Holoscan accelerates streaming AI applications by leveraging both hardware and software. The Holoscan SDK relies on multiple core technologies to achieve low latency and high throughput:
The Holoscan Developer Kits can be used along with the NVIDIA Rivermax SDK to provide an extremely efficient network connection using the onboard ConnectX network adapter that is further optimized for GPU workloads by using GPUDirect for RDMA. This technology avoids unnecessary memory copies and CPU overhead by copying data directly to or from pinned GPU memory, and supports both the integrated GPU or the discrete GPU.
NVIDIA is also committed to supporting hardware vendors enable RDMA within their own drivers, an example of which is provided by the AJA Video Systems as part of a partnership with NVIDIA for the Holoscan SDK. The AJASource extension is an example of how the SDK can leverage RDMA.
For more information about GPUDirect RDMA, see the following:
Minimal GPUDirect RDMA Demonstration source code, which provides a real hardware example of using RDMA and includes both kernel drivers and userspace applications for the RHS Research PicoEVB and HiTech Global HTG-K800 FPGA boards.
The Graph Execution Framework (GXF) is a core component of the Holoscan SDK that provides features to execute pipelines of various independent tasks with high performance by minimizing or removing the need to copy data across each block of work, and providing ways to optimize memory allocation.
GXF will be mentioned in many places across this user guide, including a dedicated section which provides more details.
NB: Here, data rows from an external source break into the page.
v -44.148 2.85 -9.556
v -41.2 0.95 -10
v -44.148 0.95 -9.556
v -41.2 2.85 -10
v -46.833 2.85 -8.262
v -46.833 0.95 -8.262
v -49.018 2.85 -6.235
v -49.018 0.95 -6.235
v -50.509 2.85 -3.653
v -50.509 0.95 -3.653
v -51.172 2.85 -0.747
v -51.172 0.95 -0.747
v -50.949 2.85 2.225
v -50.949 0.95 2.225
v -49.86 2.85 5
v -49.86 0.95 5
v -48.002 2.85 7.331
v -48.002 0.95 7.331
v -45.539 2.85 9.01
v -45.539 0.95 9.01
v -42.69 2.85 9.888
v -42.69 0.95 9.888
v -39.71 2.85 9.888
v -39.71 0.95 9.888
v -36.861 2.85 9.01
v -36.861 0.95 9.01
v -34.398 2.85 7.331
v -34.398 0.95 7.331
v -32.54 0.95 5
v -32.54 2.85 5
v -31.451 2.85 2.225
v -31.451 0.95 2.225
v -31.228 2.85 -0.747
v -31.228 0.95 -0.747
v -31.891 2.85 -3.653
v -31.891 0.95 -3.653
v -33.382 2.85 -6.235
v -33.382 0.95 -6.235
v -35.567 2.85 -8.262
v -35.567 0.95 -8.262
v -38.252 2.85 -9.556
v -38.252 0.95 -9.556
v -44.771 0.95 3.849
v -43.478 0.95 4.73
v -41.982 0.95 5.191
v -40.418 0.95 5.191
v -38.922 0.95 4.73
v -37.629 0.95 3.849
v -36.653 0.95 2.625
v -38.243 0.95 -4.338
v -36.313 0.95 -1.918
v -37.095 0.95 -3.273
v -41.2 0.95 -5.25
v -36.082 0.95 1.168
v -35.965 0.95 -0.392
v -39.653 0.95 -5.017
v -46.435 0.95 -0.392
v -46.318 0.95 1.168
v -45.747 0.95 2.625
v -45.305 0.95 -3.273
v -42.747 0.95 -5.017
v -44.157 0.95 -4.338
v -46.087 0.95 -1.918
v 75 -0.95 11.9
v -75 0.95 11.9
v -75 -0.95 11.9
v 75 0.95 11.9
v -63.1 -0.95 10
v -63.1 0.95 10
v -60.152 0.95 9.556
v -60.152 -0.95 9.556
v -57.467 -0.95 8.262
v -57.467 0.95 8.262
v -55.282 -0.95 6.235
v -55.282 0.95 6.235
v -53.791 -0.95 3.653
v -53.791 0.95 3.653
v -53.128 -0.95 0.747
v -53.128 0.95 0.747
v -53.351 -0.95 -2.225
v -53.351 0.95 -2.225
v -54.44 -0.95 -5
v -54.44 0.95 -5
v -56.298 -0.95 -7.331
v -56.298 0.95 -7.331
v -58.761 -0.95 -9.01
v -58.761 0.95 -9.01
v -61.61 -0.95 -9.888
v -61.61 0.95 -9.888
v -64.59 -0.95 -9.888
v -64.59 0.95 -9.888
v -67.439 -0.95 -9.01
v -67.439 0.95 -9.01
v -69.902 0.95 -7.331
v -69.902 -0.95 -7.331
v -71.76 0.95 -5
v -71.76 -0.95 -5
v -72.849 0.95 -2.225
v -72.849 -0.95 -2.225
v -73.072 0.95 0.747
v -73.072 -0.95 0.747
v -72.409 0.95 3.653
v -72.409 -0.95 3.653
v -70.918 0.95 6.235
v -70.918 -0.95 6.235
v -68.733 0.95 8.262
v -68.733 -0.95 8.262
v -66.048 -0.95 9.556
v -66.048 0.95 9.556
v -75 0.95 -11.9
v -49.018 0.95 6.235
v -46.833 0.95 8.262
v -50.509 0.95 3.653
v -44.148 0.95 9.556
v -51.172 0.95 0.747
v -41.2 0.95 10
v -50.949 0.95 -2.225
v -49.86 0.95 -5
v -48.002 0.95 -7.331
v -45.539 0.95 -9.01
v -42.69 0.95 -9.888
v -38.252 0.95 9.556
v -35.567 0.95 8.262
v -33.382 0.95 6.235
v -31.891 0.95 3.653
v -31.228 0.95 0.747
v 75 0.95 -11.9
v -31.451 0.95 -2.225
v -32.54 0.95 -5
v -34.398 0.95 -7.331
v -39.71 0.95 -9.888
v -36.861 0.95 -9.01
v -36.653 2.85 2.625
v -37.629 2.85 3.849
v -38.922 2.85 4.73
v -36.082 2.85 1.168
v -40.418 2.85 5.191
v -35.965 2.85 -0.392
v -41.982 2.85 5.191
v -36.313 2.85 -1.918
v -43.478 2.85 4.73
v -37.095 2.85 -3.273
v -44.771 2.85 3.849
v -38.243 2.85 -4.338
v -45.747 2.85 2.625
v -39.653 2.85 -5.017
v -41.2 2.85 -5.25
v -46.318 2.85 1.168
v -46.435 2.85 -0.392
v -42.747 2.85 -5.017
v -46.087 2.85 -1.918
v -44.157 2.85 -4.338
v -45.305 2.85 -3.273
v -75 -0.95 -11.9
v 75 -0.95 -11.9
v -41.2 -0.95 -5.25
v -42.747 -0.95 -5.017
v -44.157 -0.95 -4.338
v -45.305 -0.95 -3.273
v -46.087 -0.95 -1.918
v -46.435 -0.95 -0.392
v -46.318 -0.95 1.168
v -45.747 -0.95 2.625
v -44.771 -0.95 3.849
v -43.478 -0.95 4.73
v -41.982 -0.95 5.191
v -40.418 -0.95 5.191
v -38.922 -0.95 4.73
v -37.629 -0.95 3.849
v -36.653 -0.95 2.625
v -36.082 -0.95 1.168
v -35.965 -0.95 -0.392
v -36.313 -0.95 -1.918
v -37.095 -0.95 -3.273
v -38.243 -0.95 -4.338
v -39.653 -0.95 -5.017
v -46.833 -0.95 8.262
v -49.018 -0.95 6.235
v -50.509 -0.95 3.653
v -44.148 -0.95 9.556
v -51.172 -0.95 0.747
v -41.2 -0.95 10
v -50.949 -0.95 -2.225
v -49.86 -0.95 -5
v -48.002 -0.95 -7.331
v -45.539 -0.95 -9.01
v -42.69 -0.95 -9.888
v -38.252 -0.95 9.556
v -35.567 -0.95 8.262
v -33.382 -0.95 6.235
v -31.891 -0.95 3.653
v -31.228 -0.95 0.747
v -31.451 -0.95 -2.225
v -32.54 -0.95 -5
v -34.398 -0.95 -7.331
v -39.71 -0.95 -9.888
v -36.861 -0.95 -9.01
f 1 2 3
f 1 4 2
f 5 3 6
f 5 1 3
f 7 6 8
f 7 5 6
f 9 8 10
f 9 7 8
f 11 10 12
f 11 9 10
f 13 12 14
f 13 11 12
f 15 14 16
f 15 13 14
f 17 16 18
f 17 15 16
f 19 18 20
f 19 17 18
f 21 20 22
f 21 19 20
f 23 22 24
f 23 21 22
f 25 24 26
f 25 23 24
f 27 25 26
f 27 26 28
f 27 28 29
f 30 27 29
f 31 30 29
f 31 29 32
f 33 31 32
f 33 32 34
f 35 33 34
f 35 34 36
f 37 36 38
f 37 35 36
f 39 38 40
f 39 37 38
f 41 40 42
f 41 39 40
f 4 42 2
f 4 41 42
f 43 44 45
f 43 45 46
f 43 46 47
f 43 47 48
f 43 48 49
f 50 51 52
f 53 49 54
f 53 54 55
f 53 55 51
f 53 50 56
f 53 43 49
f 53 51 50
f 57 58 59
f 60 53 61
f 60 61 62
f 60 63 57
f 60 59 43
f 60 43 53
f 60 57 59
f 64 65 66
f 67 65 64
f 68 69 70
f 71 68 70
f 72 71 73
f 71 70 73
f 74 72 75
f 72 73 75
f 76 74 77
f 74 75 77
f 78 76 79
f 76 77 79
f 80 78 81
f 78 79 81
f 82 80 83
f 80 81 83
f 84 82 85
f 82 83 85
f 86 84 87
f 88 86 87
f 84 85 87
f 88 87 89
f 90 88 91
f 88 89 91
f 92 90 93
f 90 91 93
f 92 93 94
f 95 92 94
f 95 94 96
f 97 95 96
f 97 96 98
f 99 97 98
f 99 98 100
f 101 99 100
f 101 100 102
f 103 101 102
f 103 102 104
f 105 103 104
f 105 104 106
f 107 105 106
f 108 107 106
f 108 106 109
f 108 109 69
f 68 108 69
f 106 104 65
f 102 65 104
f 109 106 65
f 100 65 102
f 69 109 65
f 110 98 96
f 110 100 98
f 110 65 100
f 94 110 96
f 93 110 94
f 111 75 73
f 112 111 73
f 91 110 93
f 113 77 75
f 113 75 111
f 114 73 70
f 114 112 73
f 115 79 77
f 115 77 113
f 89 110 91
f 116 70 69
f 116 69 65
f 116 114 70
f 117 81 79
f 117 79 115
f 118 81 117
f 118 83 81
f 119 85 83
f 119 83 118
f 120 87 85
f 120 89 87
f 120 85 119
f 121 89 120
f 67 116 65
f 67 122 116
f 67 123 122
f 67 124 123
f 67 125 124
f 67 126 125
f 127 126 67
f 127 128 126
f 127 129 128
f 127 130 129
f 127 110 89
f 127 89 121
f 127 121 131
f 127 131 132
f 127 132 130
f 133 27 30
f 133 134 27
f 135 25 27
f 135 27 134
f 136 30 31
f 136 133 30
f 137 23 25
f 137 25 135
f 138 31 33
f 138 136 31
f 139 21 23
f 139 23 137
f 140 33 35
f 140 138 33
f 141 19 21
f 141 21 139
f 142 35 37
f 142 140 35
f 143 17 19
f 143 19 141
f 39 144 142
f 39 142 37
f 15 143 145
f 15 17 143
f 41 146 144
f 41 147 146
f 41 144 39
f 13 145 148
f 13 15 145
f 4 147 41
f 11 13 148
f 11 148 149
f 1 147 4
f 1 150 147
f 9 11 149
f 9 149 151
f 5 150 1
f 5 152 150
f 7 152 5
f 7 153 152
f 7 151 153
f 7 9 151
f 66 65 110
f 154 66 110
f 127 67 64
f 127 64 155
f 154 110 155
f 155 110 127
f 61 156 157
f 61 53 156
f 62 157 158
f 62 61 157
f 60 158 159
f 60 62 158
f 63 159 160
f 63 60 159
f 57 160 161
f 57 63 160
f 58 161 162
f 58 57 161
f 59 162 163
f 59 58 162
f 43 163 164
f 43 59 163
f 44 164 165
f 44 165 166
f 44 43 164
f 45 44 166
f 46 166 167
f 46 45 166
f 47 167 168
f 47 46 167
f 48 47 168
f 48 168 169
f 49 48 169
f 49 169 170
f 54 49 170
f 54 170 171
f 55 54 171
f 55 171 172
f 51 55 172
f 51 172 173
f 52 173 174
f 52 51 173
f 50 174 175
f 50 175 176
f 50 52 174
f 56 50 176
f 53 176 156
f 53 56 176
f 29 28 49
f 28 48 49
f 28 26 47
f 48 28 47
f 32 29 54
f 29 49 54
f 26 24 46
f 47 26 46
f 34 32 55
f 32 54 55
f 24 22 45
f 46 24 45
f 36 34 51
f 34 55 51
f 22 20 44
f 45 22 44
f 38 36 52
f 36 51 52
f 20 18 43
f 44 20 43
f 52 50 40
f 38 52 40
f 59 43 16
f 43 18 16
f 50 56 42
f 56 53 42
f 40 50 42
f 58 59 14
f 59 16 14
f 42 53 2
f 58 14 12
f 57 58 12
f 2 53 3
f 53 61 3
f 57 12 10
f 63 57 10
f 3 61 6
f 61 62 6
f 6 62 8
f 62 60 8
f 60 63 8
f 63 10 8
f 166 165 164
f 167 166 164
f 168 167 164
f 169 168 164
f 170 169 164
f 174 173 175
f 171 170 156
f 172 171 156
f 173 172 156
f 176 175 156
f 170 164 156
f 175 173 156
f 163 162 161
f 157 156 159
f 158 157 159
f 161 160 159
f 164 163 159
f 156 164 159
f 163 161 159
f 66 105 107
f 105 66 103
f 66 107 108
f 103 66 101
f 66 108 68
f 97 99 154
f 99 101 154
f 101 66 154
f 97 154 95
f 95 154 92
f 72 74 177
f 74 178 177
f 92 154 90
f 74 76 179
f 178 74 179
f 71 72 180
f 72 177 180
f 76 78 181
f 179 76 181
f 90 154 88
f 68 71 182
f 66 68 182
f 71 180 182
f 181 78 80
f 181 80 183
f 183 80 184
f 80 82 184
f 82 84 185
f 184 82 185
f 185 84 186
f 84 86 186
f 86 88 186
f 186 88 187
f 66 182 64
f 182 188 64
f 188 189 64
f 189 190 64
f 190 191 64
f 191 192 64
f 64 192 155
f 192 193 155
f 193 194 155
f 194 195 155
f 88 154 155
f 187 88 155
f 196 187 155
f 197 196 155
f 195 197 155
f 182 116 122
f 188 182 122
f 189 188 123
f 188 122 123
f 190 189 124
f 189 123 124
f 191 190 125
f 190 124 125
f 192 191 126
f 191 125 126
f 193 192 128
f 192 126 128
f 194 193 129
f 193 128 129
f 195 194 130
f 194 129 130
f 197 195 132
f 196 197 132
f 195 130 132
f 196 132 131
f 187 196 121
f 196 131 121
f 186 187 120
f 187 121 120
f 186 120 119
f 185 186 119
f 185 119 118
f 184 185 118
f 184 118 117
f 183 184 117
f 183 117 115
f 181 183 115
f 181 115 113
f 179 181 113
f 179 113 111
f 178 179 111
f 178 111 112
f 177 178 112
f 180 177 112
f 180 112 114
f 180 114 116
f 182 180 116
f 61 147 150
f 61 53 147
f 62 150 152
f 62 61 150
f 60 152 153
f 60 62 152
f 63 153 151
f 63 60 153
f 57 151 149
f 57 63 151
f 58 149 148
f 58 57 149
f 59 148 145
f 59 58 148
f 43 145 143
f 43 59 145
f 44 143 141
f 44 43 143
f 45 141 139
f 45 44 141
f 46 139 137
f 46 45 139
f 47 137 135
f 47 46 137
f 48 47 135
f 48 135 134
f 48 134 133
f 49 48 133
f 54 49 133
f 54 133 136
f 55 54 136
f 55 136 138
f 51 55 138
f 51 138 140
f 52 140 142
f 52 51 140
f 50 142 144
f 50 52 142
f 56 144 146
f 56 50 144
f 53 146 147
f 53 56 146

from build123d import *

# Parameters (mm, degrees)
SKETCH1_W           = 150
SKETCH1_H           = 23.8
BOSS_EXTRUDE1_DEPTH = 0.95
CUT_EXTRUDE2_REACH  = 77.962
SKETCH6_R           = 10
CUT_EXTRUDE1_REACH  = 77.962
SKETCH3_R           = 10
SKETCH4_R           = 10
SKETCH4_R_2         = 5.25
BOSS_EXTRUDE3_DEPTH = 0.95
SKETCH5_R           = 5.25
BOSS_EXTRUDE4_DEPTH = 0.95


with BuildPart() as part:
    # Sketch1 → Boss-Extrude1 (new, symmetric)
    with BuildSketch(Plane(origin=(0, 0, 0), x_dir=(1, 0, 0), z_dir=(0, 1, 0))):
        Rectangle(SKETCH1_W, SKETCH1_H)
    extrude(amount=BOSS_EXTRUDE1_DEPTH, both=True)

    # Sketch6 → Cut-Extrude2 (cut, up to next)
    with BuildSketch(Plane(origin=(0, 0.95, 0), x_dir=(1, 0, 0), z_dir=(0, 1, 0)), mode=Mode.PRIVATE) as cut_extrude2_sk1:
        with Locations(Location((-63.1, 0, 0), (0, 0, 270))):
            Circle(SKETCH6_R)
    cut_extrude2_tool1 = extrude(cut_extrude2_sk1.sketch, amount=-CUT_EXTRUDE2_REACH, mode=Mode.PRIVATE) & part.part
    add(cut_extrude2_tool1.solids().sort_by_distance((-63.1, 0.95, 0))[0], mode=Mode.SUBTRACT)

    # Sketch3 → Cut-Extrude1 (cut, up to next)
    with BuildSketch(Plane(origin=(0, 0.95, 0), x_dir=(1, 0, 0), z_dir=(0, 1, 0)), mode=Mode.PRIVATE) as cut_extrude1_sk1:
        with Locations(Location((-41.2, 0, 0), (0, 0, 270))):
            Circle(SKETCH3_R)
    cut_extrude1_tool1 = extrude(cut_extrude1_sk1.sketch, amount=-CUT_EXTRUDE1_REACH, mode=Mode.PRIVATE) & part.part
    add(cut_extrude1_tool1.solids().sort_by_distance((-41.2, 0.95, 0))[0], mode=Mode.SUBTRACT)


with BuildPart() as body_2:
    # Sketch4 → Boss-Extrude3 (new, symmetric)
    with BuildSketch(Plane(origin=(0, 1.9, 0), x_dir=(1, 0, 0), z_dir=(0, 1, 0))):
        with Locations(Location((-41.2, 0, 0), (0, 0, 90))):
            Circle(SKETCH4_R)
        with Locations(Location((-41.2, 0, 0), (0, 0, 90))):
            Circle(SKETCH4_R_2, mode=Mode.SUBTRACT)
    extrude(amount=BOSS_EXTRUDE3_DEPTH, both=True)


with BuildPart() as body_3:
    # Sketch5 → Boss-Extrude4 (new, symmetric)
    with BuildSketch(Plane(origin=(0, 0, 0), x_dir=(1, 0, 0), z_dir=(0, 1, 0))):
        with Locations(Location((-41.2, 0, 0), (0, 0, 90))):
            Circle(SKETCH5_R)
    extrude(amount=BOSS_EXTRUDE4_DEPTH, both=True)


solid = Compound([part.part, body_2.part, body_3.part])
NVIDIA TensorRT is a deep learning inference framework based on CUDA that provided the highest optimizations to run on NVIDIA GPUs, including the Holoscan Developer Kits.
GXF comes with a TensorRT base extension which is extended in the Holoscan SDK: the updated TensorRT extension is able to selectively load a cached TensorRT model based on the system GPU specifications.
Similarly, the new inference module leverages TensorRT and provides the ability to execute multiple inferences in parallel as demonstrated in the MultiAI sample application.
The TensorRT extension will be deprecated in favor of operators leveraging the new inference module in a future release.
OpenGL and Vulkan are commonly used for realtime visualization and, like CUDA, are executed on the GPU. This provides an opportunity for efficient sharing of resources between CUDA and those rendering frameworks.
The OpenGL and Segmentation Visualizer extensions use the OpenGL interoperability functions provided by the CUDA runtime API.
The Holoviz module uses the external resource interoperability functions of the low-level CUDA driver application programming interface, the Vulkan external memory and external semaphore extensions.
The OpenGL extension will be deprecated in favor of Vulkan/Holoviz in a future release.
Streaming image processing often requires common 2D operations like resizing, converting bit widths, and changing color formats. NVIDIA has built the CUDA accelerated NVIDIA Performance Primitive Library (NPP) that can help with many of these common transformations. NPP is extensively showcased in the Format Converter extension of the Holoscan SDK.